Automattic, the commercial company behind WordPress, appears eager to stay on trend and has released in GitHub a Model Context Protocol (MCP) plugin and some other offerings. Model Context Protocol is an innovative solution that changes how AI models and applications can interact with WordPress sites, and allows them to transform into intelligent, accessible data and functionality hubs.

The Model Context Protocol (MCP) is an open protocol released in late 2024 by Anthropic designed to standardize how artificial intelligence applications and large language models (LLMs) interact with external data sources and tools.. It moves beyond simple API calls, providing a rich context that allows AI to perform complex tasks, understand relationships between different pieces of information, and even anticipate user needs.

Within the MCP framework, host applications (such as Claude Desktop or Integrated Development Environments) utilize MCP clients to interact with servers. Each client maintains a distinct, stateful session with a server, handling protocol negotiation and message routing. Servers, like the WordPress MCP plugin, provide specific capabilities and expose resources, tools, and prompts. In this ecosystem, Large Language Model (LLM) applications typically function as or drive the host applications, initiating connections, managing client permissions, and coordinating the overall AI/LLM integration with external services. This allows for diverse interactions, from a simple chatbox on a website to sophisticated LLM-driven desktop applications. The WordPress MCP plugin is an implementation of this protocol, specifically tailored for the WordPress ecosystem.

Type “Create 10 draft blog posts titled ‘Create a new News piece post with dummy content.” and hit enter. The AI will immediately call the MCP createPost tool (or equivalent) in a loop to produce those entries. This is a huge time-saver when you need filler content for theme development or want to bootstrap a new site section. Similarly, the agent could update or delete posts in bulk via natural language commands. Other things such as “Install and activate the Gutenberg, Query Monitor, and FakerPress plugins.” can be done as well. Instead of manually downloading or using WP-CLI, an AI can trigger the plugin installation tools provided by the MCP plugin. This could extend to theme activation, toggling settings, or other configuration changes – all by asking the AI, which then calls the proper WordPress REST API endpoints behind the scenes. All these things are possible thanks to MCP and some code by Automattic and other parties, although it requires installation and configuration first.
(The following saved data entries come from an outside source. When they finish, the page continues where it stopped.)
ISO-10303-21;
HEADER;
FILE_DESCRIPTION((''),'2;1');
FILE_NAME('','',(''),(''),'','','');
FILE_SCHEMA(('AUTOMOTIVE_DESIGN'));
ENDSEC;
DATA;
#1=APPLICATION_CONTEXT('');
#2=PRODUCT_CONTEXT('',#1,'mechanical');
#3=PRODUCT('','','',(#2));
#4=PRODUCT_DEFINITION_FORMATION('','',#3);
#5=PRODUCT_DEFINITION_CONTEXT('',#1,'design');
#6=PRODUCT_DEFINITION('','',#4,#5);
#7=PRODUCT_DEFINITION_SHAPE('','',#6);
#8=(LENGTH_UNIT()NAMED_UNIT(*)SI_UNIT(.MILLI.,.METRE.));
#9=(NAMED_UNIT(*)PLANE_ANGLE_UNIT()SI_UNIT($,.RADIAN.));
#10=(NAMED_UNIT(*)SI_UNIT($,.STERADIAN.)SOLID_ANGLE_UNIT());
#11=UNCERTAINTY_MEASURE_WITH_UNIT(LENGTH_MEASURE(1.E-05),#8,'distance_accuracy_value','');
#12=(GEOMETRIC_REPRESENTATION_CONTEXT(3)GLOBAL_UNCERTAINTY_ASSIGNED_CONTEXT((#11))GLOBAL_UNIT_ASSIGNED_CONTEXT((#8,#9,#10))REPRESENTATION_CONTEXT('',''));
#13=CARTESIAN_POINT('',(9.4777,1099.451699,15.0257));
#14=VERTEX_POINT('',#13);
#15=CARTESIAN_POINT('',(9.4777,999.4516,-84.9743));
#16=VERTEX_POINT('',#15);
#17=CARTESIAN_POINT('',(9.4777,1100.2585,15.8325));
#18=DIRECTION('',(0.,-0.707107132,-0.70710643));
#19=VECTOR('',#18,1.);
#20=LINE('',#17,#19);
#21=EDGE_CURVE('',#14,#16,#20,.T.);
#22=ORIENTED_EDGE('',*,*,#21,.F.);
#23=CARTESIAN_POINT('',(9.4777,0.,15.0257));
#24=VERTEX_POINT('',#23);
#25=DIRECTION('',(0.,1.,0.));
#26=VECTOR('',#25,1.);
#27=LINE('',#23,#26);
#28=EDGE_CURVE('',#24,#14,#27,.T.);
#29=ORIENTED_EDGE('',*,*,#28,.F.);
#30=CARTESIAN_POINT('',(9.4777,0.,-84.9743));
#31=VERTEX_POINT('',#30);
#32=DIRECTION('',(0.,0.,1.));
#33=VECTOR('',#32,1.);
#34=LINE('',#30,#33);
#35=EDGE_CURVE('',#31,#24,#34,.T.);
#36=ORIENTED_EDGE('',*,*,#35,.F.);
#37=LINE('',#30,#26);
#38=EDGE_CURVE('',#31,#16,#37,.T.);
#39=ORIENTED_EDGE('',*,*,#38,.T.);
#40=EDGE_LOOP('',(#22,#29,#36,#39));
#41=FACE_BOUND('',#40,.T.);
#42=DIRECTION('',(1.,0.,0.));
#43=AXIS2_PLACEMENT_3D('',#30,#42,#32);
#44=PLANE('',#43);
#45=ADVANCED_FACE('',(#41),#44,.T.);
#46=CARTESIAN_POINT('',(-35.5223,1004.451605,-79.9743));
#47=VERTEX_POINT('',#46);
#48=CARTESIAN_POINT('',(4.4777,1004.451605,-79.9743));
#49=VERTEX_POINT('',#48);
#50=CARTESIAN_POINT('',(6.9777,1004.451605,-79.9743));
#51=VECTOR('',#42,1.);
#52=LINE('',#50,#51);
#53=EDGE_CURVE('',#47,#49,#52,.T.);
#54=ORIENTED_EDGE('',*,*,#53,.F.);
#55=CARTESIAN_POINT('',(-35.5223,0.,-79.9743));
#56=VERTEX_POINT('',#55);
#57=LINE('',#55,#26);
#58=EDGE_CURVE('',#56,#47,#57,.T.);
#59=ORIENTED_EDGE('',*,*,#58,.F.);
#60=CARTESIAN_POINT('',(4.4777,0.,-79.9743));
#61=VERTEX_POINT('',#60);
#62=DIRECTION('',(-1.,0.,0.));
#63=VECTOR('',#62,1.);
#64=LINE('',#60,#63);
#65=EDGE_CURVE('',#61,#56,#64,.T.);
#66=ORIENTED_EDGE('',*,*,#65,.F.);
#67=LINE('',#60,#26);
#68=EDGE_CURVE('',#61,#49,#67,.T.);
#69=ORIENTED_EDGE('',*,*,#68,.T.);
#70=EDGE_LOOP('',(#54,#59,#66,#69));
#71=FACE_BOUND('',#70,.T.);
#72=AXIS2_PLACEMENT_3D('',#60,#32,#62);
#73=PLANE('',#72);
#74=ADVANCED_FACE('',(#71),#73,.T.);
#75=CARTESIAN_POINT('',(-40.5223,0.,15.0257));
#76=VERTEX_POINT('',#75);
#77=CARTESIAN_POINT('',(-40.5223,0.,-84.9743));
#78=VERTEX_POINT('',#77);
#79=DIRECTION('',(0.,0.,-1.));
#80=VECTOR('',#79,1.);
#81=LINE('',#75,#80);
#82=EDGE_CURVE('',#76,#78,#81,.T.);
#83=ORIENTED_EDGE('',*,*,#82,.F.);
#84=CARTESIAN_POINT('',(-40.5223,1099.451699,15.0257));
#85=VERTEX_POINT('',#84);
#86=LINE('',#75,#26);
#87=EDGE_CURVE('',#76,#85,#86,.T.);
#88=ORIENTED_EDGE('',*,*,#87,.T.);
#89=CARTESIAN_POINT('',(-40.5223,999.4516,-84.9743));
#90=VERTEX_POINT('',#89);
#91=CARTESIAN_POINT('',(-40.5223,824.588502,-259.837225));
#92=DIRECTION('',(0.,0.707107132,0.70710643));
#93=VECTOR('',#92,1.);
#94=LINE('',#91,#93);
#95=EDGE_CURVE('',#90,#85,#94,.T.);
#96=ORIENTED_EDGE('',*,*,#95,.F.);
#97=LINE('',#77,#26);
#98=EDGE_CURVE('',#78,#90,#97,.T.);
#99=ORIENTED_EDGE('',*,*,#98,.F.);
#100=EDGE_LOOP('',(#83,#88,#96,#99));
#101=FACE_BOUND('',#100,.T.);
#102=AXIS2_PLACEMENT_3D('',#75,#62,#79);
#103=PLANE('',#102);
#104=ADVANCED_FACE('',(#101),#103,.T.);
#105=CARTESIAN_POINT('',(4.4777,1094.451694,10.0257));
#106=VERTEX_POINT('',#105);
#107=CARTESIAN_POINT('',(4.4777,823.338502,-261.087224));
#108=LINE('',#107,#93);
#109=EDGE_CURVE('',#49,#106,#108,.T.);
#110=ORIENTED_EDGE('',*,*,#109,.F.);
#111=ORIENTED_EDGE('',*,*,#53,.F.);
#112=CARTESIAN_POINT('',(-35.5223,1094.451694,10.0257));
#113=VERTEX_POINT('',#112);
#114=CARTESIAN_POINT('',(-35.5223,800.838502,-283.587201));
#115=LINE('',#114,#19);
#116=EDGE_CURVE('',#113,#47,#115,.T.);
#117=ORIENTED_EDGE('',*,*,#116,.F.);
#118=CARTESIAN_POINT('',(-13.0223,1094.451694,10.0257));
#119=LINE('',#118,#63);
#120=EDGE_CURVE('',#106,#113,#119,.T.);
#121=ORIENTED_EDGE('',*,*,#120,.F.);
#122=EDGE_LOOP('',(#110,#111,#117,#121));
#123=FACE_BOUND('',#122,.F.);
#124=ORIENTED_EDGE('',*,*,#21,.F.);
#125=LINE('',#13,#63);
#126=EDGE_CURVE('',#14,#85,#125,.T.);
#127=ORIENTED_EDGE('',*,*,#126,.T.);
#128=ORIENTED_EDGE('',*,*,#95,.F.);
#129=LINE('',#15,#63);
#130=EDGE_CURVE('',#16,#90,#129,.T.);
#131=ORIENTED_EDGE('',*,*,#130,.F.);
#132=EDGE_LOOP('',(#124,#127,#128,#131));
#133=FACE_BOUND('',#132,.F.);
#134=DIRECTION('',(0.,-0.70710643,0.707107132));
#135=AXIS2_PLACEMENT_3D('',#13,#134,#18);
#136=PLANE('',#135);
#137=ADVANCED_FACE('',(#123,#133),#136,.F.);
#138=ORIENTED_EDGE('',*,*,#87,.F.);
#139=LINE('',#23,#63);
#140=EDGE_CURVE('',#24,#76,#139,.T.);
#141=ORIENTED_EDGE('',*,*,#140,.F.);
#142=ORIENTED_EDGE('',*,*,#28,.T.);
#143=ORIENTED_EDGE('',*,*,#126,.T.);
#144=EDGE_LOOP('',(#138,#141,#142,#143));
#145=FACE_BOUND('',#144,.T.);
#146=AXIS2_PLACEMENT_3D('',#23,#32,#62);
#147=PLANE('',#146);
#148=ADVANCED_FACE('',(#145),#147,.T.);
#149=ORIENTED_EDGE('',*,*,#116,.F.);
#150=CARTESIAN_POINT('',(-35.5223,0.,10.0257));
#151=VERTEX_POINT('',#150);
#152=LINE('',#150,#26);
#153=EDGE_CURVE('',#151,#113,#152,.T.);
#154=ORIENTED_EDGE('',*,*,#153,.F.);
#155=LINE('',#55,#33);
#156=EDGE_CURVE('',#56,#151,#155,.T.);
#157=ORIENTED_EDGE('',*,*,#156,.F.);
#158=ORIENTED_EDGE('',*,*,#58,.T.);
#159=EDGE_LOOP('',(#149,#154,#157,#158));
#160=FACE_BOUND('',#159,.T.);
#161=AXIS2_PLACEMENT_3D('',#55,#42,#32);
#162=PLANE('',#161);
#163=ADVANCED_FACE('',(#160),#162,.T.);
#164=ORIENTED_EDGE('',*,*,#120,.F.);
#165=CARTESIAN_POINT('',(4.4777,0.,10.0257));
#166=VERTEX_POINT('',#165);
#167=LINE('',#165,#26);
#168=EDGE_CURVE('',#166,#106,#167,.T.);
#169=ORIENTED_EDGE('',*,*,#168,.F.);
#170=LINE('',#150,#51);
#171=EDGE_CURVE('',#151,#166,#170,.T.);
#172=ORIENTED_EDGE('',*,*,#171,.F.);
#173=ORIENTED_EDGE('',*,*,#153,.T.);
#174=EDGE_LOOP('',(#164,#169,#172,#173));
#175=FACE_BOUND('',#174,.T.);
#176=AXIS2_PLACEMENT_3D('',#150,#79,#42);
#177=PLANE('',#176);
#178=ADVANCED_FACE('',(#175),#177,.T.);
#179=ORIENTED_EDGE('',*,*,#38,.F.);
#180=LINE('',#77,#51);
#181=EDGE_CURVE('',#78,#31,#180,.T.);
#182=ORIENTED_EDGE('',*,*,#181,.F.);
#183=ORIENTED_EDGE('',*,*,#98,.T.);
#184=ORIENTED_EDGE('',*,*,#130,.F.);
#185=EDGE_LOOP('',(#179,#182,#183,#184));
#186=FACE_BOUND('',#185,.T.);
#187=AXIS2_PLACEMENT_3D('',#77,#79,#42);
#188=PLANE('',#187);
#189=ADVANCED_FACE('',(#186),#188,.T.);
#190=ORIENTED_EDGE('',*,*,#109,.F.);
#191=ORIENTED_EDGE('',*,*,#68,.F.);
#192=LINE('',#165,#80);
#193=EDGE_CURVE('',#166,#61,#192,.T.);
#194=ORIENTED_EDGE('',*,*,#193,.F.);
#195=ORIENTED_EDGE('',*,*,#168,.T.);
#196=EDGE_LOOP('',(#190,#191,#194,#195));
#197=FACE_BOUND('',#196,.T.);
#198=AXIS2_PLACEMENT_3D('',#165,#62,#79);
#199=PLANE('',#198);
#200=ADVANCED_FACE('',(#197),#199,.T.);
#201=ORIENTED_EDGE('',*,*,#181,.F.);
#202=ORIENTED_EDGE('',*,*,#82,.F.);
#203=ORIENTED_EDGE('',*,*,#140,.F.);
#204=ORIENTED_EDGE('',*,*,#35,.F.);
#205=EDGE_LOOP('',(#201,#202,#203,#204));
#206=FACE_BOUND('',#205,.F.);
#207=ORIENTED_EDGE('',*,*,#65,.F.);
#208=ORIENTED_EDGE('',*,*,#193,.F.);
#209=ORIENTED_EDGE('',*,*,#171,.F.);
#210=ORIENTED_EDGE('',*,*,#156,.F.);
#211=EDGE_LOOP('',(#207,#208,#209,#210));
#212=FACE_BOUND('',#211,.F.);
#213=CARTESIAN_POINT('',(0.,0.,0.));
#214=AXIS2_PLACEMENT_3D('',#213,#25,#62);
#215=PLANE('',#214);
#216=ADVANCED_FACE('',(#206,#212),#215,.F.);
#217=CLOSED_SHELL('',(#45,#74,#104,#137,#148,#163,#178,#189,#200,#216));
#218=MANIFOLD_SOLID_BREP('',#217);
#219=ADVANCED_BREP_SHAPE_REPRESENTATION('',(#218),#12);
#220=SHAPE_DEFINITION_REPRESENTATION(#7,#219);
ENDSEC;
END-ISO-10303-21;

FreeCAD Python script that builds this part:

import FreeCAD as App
import Part
import Sketcher

V = App.Vector
Q = App.Units.Quantity

doc = App.newDocument("Part")
body = doc.addObject("PartDesign::Body", "Body")

sketch1 = body.newObject("Sketcher::SketchObject", "Sketch")
sketch1.AttachmentSupport = (doc.getObject("XZ_Plane"), [""])
sketch1.MapMode = "FlatFace"
sketch1.addGeometry([
    Part.LineSegment(V(-40.5223, 15.0257, 0), V(9.4777, 15.0257, 0)),
    Part.LineSegment(V(9.4777, 15.0257, 0), V(9.4777, -84.9743, 0)),
    Part.LineSegment(V(9.4777, -84.9743, 0), V(-40.5223, -84.9743, 0)),
    Part.LineSegment(V(-40.5223, -84.9743, 0), V(-40.5223, 15.0257, 0)),
    Part.LineSegment(V(4.4777, 10.0257, 0), V(-35.5223, 10.0257, 0)),
    Part.LineSegment(V(-35.5223, 10.0257, 0), V(-35.5223, -79.9743, 0)),
    Part.LineSegment(V(-35.5223, -79.9743, 0), V(4.4777, -79.9743, 0)),
    Part.LineSegment(V(4.4777, -79.9743, 0), V(4.4777, 10.0257, 0)),
], False)
sketch1.addConstraint([
    Sketcher.Constraint("Coincident", 0, 2, 1, 1),
    Sketcher.Constraint("Coincident", 1, 2, 2, 1),
    Sketcher.Constraint("Coincident", 2, 2, 3, 1),
    Sketcher.Constraint("Coincident", 3, 2, 0, 1),
    Sketcher.Constraint("Coincident", 4, 2, 5, 1),
    Sketcher.Constraint("Coincident", 5, 2, 6, 1),
    Sketcher.Constraint("Coincident", 6, 2, 7, 1),
    Sketcher.Constraint("Coincident", 7, 2, 4, 1),
    Sketcher.Constraint("Horizontal", 0),
    Sketcher.Constraint("Vertical", 1),
    Sketcher.Constraint("Horizontal", 2),
    Sketcher.Constraint("Vertical", 3),
    Sketcher.Constraint("Horizontal", 4),
    Sketcher.Constraint("Vertical", 5),
    Sketcher.Constraint("Horizontal", 6),
    Sketcher.Constraint("Vertical", 7),
    Sketcher.Constraint("DistanceX", 0, 1, 0, 2, 50.0),
    Sketcher.Constraint("DistanceX", 4, 2, 4, 1, 40.0),
    Sketcher.Constraint("DistanceY", 1, 2, 1, 1, 100.0),
    Sketcher.Constraint("DistanceY", 5, 2, 5, 1, 90.0),
    Sketcher.Constraint("DistanceX", 3, 2, 4, 2, 5.0),
    Sketcher.Constraint("DistanceY", 4, 2, 3, 2, 5.0),
    Sketcher.Constraint("DistanceX", -1, 1, 0, 2, 9.4777),
    Sketcher.Constraint("DistanceY", -1, 1, 0, 2, 15.0257),
])
pad1 = body.newObject("PartDesign::Pad", "Pad")
pad1.Profile = sketch1
pad1.Length = 1100
pad1.Reversed = True

sketch2 = body.newObject("Sketcher::SketchObject", "Sketch001")
sketch2.AttachmentSupport = (doc.getObject("YZ_Plane"), [""])
sketch2.MapMode = "FlatFace"
sketch2.AttachmentOffset = App.Placement(V(0, 0, 9.4777), App.Rotation())
sketch2.addGeometry([
    Part.LineSegment(V(1100, 15.0257, 0), V(1099.451699, 15.0257, 0)),
    Part.LineSegment(V(1099.451699, 15.0257, 0), V(999.4516, -84.9743, 0)),
    Part.LineSegment(V(999.4516, -84.9743, 0), V(1100, -84.9743, 0)),
    Part.LineSegment(V(1100, -84.9743, 0), V(1100, 15.0257, 0)),
], False)
sketch2.addConstraint([
    Sketcher.Constraint("Coincident", 0, 2, 1, 1),
    Sketcher.Constraint("Coincident", 1, 2, 2, 1),
    Sketcher.Constraint("Coincident", 2, 2, 3, 1),
    Sketcher.Constraint("Coincident", 3, 2, 0, 1),
    Sketcher.Constraint("Horizontal", 0),
    Sketcher.Constraint("Horizontal", 2),
    Sketcher.Constraint("Vertical", 3),
    Sketcher.Constraint("DistanceY", 3, 1, 3, 2, 100.0),
    Sketcher.Constraint("Angle", 1, Q("-135 deg")),
    Sketcher.Constraint("DistanceX", -1, 1, 2, 2, 1100.0),
    Sketcher.Constraint("DistanceX", 0, 2, 0, 1, 0.5483),
    Sketcher.Constraint("DistanceY", -1, 1, 0, 2, 15.0257),
])
pocket1 = body.newObject("PartDesign::Pocket", "Pocket")
pocket1.Profile = sketch2
pocket1.Length = 1100

doc.recompute()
The WordPress MCP plugin by Automattic is designed with a dual-transport architecture. For established setups, the STDIO Transport provides a WordPress-style REST API endpoint at /wp/v2/wpmcp. This traditional method supports both JWT (JSON Web Token) and Application Password authentication. For modern AI clients seeking direct and low-latency communication, the Streamable Transport offers a JSON-RPC 2.0 compliant endpoint at /wp/v2/wpmcp/streamable. This direct connection relies solely on JWT authentication and supports advanced JSON-RPC 2.0 features such as batch request handling (sending multiple requests in a single call) and notification handling (requests without an expected response).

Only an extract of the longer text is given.